╭─ INPUT MATERIAL

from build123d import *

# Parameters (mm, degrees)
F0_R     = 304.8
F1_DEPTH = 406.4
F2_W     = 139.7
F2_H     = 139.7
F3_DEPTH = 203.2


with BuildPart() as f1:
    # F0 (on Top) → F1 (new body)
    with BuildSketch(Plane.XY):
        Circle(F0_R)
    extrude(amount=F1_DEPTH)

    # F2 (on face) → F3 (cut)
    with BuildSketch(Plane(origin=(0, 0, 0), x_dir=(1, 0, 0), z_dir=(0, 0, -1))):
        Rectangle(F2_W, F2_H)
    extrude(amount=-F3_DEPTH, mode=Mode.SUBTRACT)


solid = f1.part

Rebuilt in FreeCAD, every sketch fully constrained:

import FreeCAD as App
import Part
import Sketcher
from FreeCAD import Vector
Q = App.Units.Quantity

doc = App.newDocument("Part")
body = doc.addObject("PartDesign::Body", "Body")

# Sketch on XY plane
sketch1 = body.newObject("Sketcher::SketchObject", "Sketch")
sketch1.AttachmentSupport = (doc.getObject("XY_Plane"), [""])
sketch1.MapMode = "FlatFace"
sketch1.addGeometry(Part.Circle(Vector(0, 0, 0), Vector(0, 0, 1), 304.8), False)
sketch1.addConstraint(Sketcher.Constraint("Coincident", 0, 3, -1, 1))
sketch1.addConstraint(Sketcher.Constraint("Diameter", 0, Q("24 in")))
pad1 = body.newObject("PartDesign::Pad", "Pad")
pad1.Profile = sketch1
pad1.Length = Q("16 in")

# Sketch on XY plane
sketch2 = body.newObject("Sketcher::SketchObject", "Sketch001")
sketch2.AttachmentSupport = (doc.getObject("XY_Plane"), [""])
sketch2.MapMode = "FlatFace"
sketch2.addGeometry(Part.LineSegment(Vector(-69.85, -69.85, 0), Vector(-69.85, 69.85, 0)), False)
sketch2.addGeometry(Part.LineSegment(Vector(-69.85, 69.85, 0), Vector(69.85, 69.85, 0)), False)
sketch2.addGeometry(Part.LineSegment(Vector(69.85, 69.85, 0), Vector(69.85, -69.85, 0)), False)
sketch2.addGeometry(Part.LineSegment(Vector(69.85, -69.85, 0), Vector(-69.85, -69.85, 0)), False)
sketch2.addConstraint(Sketcher.Constraint("Coincident", 0, 2, 1, 1))
sketch2.addConstraint(Sketcher.Constraint("Coincident", 1, 2, 2, 1))
sketch2.addConstraint(Sketcher.Constraint("Coincident", 2, 2, 3, 1))
sketch2.addConstraint(Sketcher.Constraint("Coincident", 3, 2, 0, 1))
sketch2.addConstraint(Sketcher.Constraint("Vertical", 0))
sketch2.addConstraint(Sketcher.Constraint("Horizontal", 1))
sketch2.addConstraint(Sketcher.Constraint("Vertical", 2))
sketch2.addConstraint(Sketcher.Constraint("Horizontal", 3))
sketch2.addConstraint(Sketcher.Constraint("Symmetric", 0, 2, 2, 2, -1, 1))
sketch2.addConstraint(Sketcher.Constraint("Equal", 3, 0))
sketch2.addConstraint(Sketcher.Constraint("DistanceX", 1, 1, 1, 2, Q("5.5 in")))
pocket1 = body.newObject("PartDesign::Pocket", "Pocket")
pocket1.Profile = sketch2
pocket1.Length = Q("8 in")
pocket1.Reversed = True

doc.recompute()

╰─

** WHAT IS EXPECTED **
Output the entries above exactly, please, with nothing dropped.

** ANSWER **
from build123d import *

# Parameters (mm, degrees)
F0_R     = 304.8
F1_DEPTH = 406.4
F2_W     = 139.7
F2_H     = 139.7
F3_DEPTH = 203.2


with BuildPart() as f1:
    # F0 (on Top) → F1 (new body)
    with BuildSketch(Plane.XY):
        Circle(F0_R)
    extrude(amount=F1_DEPTH)

    # F2 (on face) → F3 (cut)
    with BuildSketch(Plane(origin=(0, 0, 0), x_dir=(1, 0, 0), z_dir=(0, 0, -1))):
        Rectangle(F2_W, F2_H)
    extrude(amount=-F3_DEPTH, mode=Mode.SUBTRACT)


solid = f1.part

Rebuilt in FreeCAD, every sketch fully constrained:

import FreeCAD as App
import Part
import Sketcher
from FreeCAD import Vector
Q = App.Units.Quantity

doc = App.newDocument("Part")
body = doc.addObject("PartDesign::Body", "Body")

# Sketch on XY plane
sketch1 = body.newObject("Sketcher::SketchObject", "Sketch")
sketch1.AttachmentSupport = (doc.getObject("XY_Plane"), [""])
sketch1.MapMode = "FlatFace"
sketch1.addGeometry(Part.Circle(Vector(0, 0, 0), Vector(0, 0, 1), 304.8), False)
sketch1.addConstraint(Sketcher.Constraint("Coincident", 0, 3, -1, 1))
sketch1.addConstraint(Sketcher.Constraint("Diameter", 0, Q("24 in")))
pad1 = body.newObject("PartDesign::Pad", "Pad")
pad1.Profile = sketch1
pad1.Length = Q("16 in")

# Sketch on XY plane
sketch2 = body.newObject("Sketcher::SketchObject", "Sketch001")
sketch2.AttachmentSupport = (doc.getObject("XY_Plane"), [""])
sketch2.MapMode = "FlatFace"
sketch2.addGeometry(Part.LineSegment(Vector(-69.85, -69.85, 0), Vector(-69.85, 69.85, 0)), False)
sketch2.addGeometry(Part.LineSegment(Vector(-69.85, 69.85, 0), Vector(69.85, 69.85, 0)), False)
sketch2.addGeometry(Part.LineSegment(Vector(69.85, 69.85, 0), Vector(69.85, -69.85, 0)), False)
sketch2.addGeometry(Part.LineSegment(Vector(69.85, -69.85, 0), Vector(-69.85, -69.85, 0)), False)
sketch2.addConstraint(Sketcher.Constraint("Coincident", 0, 2, 1, 1))
sketch2.addConstraint(Sketcher.Constraint("Coincident", 1, 2, 2, 1))
sketch2.addConstraint(Sketcher.Constraint("Coincident", 2, 2, 3, 1))
sketch2.addConstraint(Sketcher.Constraint("Coincident", 3, 2, 0, 1))
sketch2.addConstraint(Sketcher.Constraint("Vertical", 0))
sketch2.addConstraint(Sketcher.Constraint("Horizontal", 1))
sketch2.addConstraint(Sketcher.Constraint("Vertical", 2))
sketch2.addConstraint(Sketcher.Constraint("Horizontal", 3))
sketch2.addConstraint(Sketcher.Constraint("Symmetric", 0, 2, 2, 2, -1, 1))
sketch2.addConstraint(Sketcher.Constraint("Equal", 3, 0))
sketch2.addConstraint(Sketcher.Constraint("DistanceX", 1, 1, 1, 2, Q("5.5 in")))
pocket1 = body.newObject("PartDesign::Pocket", "Pocket")
pocket1.Profile = sketch2
pocket1.Length = Q("8 in")
pocket1.Reversed = True

doc.recompute()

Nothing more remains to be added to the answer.